There is no way to know for certain.  But as you respond to TKI therapy, if future BMBs show the t(9;22) diminishes or goes away entirely but the t(10;17) remains in all blood cells -- both those with t(9;22) and those without t(9;22) -- and all leukemia symptoms are reversed and go away, then an assumption may be made that the t(10;17) is benign and possibly has always been there.  But I would think that is the less likely scenario, and that the two translocations go together as a leukemic bundle, meaning they appeared together in the originating CML translocation.  Personally, I would treat the t(10;17) as a leukemic translocation, even though the symptoms may have been masked so far by the t(9;22) symptoms.  I would highly suggest seeing Dr Shah at UCSF since he is one of the very few Oncs to have seen this translocation in a patient.  I believe he would switch you to Sprycel right away. 

[campanula]

Lucas - Do you mind my asking what your second chromosome translocation is? 

 

Trey - I did hear back from Dr.
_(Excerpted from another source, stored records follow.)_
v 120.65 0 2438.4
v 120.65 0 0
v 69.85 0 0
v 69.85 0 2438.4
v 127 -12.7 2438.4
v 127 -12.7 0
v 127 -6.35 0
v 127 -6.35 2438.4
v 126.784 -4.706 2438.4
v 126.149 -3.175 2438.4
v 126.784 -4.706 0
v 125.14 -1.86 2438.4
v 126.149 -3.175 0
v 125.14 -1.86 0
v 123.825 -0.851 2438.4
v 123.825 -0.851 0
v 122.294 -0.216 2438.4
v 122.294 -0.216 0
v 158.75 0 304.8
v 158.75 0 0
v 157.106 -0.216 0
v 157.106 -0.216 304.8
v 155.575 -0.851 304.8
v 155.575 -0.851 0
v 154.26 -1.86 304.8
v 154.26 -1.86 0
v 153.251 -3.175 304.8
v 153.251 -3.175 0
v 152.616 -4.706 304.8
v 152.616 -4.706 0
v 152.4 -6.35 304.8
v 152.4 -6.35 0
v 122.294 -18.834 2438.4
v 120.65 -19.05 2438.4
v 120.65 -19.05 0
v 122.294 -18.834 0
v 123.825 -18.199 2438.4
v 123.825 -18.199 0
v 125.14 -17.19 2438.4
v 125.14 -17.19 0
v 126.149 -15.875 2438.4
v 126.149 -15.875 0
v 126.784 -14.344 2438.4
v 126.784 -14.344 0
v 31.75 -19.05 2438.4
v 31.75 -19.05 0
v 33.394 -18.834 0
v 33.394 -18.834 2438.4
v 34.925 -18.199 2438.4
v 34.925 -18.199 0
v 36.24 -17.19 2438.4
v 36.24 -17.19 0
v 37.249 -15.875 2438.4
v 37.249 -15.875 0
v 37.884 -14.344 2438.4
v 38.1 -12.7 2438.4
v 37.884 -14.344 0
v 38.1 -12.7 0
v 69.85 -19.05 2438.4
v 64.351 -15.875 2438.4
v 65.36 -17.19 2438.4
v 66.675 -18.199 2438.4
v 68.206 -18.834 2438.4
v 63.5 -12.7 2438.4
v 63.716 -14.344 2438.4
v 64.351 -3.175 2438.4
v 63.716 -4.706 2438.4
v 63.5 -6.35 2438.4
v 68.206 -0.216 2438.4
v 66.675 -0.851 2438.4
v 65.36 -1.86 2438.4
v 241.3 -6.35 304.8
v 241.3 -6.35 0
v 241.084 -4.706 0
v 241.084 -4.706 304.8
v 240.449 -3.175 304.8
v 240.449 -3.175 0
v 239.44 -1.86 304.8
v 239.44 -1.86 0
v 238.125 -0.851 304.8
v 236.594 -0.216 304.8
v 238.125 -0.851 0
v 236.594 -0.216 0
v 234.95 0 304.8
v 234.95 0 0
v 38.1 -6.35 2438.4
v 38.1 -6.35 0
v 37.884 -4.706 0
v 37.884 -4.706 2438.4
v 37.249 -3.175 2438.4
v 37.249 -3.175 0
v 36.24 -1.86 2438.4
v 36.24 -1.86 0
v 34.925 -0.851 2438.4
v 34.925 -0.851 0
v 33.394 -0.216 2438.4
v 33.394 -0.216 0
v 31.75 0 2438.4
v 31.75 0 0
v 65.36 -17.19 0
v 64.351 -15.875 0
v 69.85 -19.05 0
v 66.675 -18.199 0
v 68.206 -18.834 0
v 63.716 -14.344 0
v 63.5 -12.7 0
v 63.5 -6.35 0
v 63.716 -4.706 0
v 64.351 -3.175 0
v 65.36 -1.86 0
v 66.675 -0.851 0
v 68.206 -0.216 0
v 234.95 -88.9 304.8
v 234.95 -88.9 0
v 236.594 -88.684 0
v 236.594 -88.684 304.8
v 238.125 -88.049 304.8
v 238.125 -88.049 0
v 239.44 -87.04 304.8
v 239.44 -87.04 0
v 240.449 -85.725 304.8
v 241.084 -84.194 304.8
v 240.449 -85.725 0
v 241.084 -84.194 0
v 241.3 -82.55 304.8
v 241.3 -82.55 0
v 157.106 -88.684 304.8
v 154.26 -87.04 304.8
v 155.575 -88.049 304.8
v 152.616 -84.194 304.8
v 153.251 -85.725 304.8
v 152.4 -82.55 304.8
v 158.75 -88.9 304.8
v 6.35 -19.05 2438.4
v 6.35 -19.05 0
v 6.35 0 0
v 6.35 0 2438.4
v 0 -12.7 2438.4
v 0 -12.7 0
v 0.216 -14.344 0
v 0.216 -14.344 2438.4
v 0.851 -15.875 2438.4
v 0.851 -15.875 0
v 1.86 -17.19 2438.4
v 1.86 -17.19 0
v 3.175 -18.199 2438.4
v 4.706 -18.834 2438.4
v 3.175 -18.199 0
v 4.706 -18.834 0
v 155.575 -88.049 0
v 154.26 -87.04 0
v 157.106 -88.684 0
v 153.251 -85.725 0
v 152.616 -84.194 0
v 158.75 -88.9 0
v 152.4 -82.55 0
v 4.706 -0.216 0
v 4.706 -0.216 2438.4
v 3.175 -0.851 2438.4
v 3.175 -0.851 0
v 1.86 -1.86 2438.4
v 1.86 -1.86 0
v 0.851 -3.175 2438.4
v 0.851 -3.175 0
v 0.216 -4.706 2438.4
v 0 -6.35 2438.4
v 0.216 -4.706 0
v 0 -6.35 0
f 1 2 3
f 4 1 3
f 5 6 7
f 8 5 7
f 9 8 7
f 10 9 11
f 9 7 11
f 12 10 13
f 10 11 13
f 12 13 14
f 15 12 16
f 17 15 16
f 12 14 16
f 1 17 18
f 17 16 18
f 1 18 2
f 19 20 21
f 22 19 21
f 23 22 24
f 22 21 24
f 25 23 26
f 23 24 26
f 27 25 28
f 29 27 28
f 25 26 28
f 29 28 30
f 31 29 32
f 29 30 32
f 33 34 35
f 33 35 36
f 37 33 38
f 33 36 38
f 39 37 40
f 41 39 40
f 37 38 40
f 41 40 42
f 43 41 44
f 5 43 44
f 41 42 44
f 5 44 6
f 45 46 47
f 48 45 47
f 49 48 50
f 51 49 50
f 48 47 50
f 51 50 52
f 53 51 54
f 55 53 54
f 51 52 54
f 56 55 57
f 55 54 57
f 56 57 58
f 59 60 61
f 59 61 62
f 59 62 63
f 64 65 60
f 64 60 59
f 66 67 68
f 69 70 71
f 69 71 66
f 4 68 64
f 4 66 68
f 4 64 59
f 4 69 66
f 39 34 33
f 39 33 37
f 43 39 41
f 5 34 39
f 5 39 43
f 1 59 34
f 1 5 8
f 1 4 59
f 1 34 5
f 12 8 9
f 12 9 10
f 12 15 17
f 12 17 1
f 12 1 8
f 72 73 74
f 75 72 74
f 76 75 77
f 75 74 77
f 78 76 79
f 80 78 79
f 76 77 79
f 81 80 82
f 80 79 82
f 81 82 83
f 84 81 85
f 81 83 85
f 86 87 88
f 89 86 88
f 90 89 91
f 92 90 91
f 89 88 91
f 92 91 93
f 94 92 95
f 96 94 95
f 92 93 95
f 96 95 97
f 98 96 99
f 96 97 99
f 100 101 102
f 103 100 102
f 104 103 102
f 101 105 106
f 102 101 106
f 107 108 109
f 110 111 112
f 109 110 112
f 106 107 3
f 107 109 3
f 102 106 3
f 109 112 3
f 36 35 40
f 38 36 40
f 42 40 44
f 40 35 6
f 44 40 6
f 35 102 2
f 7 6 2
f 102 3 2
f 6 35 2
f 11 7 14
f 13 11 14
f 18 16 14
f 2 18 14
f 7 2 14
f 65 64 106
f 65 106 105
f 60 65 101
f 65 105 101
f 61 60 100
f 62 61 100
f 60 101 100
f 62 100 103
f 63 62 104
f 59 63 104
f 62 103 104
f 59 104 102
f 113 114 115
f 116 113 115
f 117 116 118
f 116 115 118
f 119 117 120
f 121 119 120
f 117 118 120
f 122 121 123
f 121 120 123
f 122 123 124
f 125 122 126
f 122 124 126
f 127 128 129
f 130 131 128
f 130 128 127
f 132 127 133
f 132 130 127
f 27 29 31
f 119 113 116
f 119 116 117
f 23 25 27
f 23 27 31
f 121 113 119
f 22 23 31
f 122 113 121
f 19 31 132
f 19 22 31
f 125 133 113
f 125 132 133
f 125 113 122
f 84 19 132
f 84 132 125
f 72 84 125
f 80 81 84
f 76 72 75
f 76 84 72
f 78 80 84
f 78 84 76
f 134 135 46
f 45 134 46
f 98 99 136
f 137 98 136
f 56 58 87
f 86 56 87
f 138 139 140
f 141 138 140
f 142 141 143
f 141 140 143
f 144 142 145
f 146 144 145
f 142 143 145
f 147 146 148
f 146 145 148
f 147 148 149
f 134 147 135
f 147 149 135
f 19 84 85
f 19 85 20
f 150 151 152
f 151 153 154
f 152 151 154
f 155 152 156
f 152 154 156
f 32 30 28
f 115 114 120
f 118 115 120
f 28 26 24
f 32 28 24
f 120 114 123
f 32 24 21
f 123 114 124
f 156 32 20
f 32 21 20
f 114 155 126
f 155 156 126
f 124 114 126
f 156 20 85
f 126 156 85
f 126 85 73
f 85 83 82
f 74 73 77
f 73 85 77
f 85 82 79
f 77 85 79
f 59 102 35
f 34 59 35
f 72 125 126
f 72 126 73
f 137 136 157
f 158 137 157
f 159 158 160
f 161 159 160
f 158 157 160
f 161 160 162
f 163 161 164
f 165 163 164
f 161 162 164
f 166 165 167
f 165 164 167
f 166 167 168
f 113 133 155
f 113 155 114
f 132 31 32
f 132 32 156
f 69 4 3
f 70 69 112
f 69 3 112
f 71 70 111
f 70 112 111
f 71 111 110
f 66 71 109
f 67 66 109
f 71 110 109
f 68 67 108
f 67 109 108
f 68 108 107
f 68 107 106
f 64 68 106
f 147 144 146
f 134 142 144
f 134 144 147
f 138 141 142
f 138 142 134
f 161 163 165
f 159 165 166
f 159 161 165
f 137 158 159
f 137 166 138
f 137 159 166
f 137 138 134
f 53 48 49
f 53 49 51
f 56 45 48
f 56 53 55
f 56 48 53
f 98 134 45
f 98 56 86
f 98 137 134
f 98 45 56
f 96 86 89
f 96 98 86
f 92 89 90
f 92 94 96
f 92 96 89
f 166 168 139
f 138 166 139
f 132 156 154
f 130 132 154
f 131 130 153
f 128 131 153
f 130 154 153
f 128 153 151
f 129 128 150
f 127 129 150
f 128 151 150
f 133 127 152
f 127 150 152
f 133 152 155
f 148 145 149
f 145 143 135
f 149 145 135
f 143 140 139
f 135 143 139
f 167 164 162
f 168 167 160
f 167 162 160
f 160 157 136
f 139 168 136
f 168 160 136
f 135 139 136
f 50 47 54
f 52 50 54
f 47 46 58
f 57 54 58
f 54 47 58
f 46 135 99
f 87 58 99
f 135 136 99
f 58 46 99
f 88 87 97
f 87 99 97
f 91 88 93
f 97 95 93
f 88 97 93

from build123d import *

# Parameters (mm, degrees)
F1_DEPTH = 2438.4
F2_DEPTH = 2438.4
F3_DEPTH = 304.8


with BuildPart() as f1:
    # F0 (on Top) → F1 (new body)
    with BuildSketch(Plane.XY):
        with BuildLine():
            Line((31.75, 0), (6.35, 0))
            ThreePointArc((6.35, 0), (1.859872, -1.859872), (0, -6.35))
            Line((0, -6.35), (0, -12.7))
            ThreePointArc((0, -12.7), (1.859872, -17.190128), (6.35, -19.05))
            Line((6.35, -19.05), (31.75, -19.05))
            ThreePointArc((31.75, -19.05), (36.240128, -17.190128), (38.1, -12.7))
            Line((38.1, -12.7), (38.1, -6.35))
            ThreePointArc((38.1, -6.35), (36.240128, -1.859872), (31.75, 0))
        make_face()
    extrude(amount=F1_DEPTH)


with BuildPart() as f2:
    # F0 (on Top) → F2 (new body)
    with BuildSketch(Plane.XY):
        with BuildLine():
            Line((120.65, 0), (69.85, 0))
            ThreePointArc((69.85, 0), (65.359872, -1.859872), (63.5, -6.35))
            Line((63.5, -6.35), (63.5, -12.7))
            ThreePointArc((63.5, -12.7), (65.359872, -17.190128), (69.85, -19.05))
            Line((69.85, -19.05), (120.65, -19.05))
            ThreePointArc((120.65, -19.05), (125.140128, -17.190128), (127, -12.7))
            Line((127, -12.7), (127, -6.35))
            ThreePointArc((127, -6.35), (125.140128, -1.859872), (120.65, 0))
        make_face()
    extrude(amount=F2_DEPTH)


with BuildPart() as f3:
    # F0 (on Top) → F3 (new body)
    with BuildSketch(Plane.XY):
        with BuildLine():
            Line((234.95, 0), (158.75, 0))
            ThreePointArc((158.75, 0), (154.259872, -1.859872), (152.4, -6.35))
            Line((152.4, -6.35), (152.4, -82.55))
            ThreePointArc((152.4, -82.55), (154.259872, -87.040128), (158.75, -88.9))
            Line((158.75, -88.9), (234.95, -88.9))
            ThreePointArc((234.95, -88.9), (239.440128, -87.040128), (241.3, -82.55))
            Line((241.3, -82.55), (241.3, -6.35))
            ThreePointArc((241.3, -6.35), (239.440128, -1.859872), (234.95, 0))
        make_face()
    extrude(amount=F3_DEPTH)


solid = Compound([f1.part, f2.part, f3.part])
Shah.  He indicated that it is possible to have a constitutional chromosome translocation, in which case BCR-ABL disappears and 10:17 stays after treatment with TKIs. It is also possible that the disease might have evolved prior to treatment.  BUT, if the patient is correctly diagnosed as CP CML, the treatment outcome with TKIs is similar to patients who do not have secondary chromosomal translocations (I believe inferring that the disease did not progress prior to treatment).  He didn't mention Sprycel.  He suggests getting another BMB done in the future, rather than just relying on blood testing for PCR.  If I don't reach 10% detectability or less at 3 months (late May), I will ask for a BMB then to see what is going on.   I have responded well to treatment so far, and if I continue to respond well, I will have a BMB done in about a year or so.  With any luck, I won't need to go see him or switch to Sprycel, but only time will tell.  I will be vigilant.  And I'll keep you posted.  Thanks for your input!  The available online literature on this subject is old, spotty and scary, but I've had two specialists basically say that there's no need for alarm (yet) and to just keep a close eye on everything.

[Trey]

It is good to have Dr Shah's input, which should be reassuring.  Either way I would have a BMB at 6 months, not 1 year.  The information is so sparse on this issue that extra testing is a very good idea.  The BMB is the only way to know what is going on with the t(10;17).

[Lucas]

Sorry for the late response. My second translocation is between chromossomes 13 and 14. It's a "common" translocation. It happens in 1/1000 humans. You can have a kariotype of your peripheral blood to find out. Good luck.

[Trey]

The t(13;14) is a Robertsonian translocation and is not a blood translocation.  In leukemia, only blood translocations matter. 

[campanula]

Three month PCR results in from 5/18/16:  BCR-ABL1 P210 = 0.88% (down from 59.4492% on 2/15/16).  I'm VERY relieved!

[Buzzm1]

Three month PCR results in from 5/18/16:  BCR-ABL1 P210 = 0.88% (down from 59.4492% on 2/15/16).  I'm VERY relieved!

Great progress campanula!  

[rcase13]

Three month PCR results in from 5/18/16: BCR-ABL1 P210 = 0.88% (down from 59.4492% on 2/15/16). I'm VERY relieved!

That is great and well on your way to PCRU.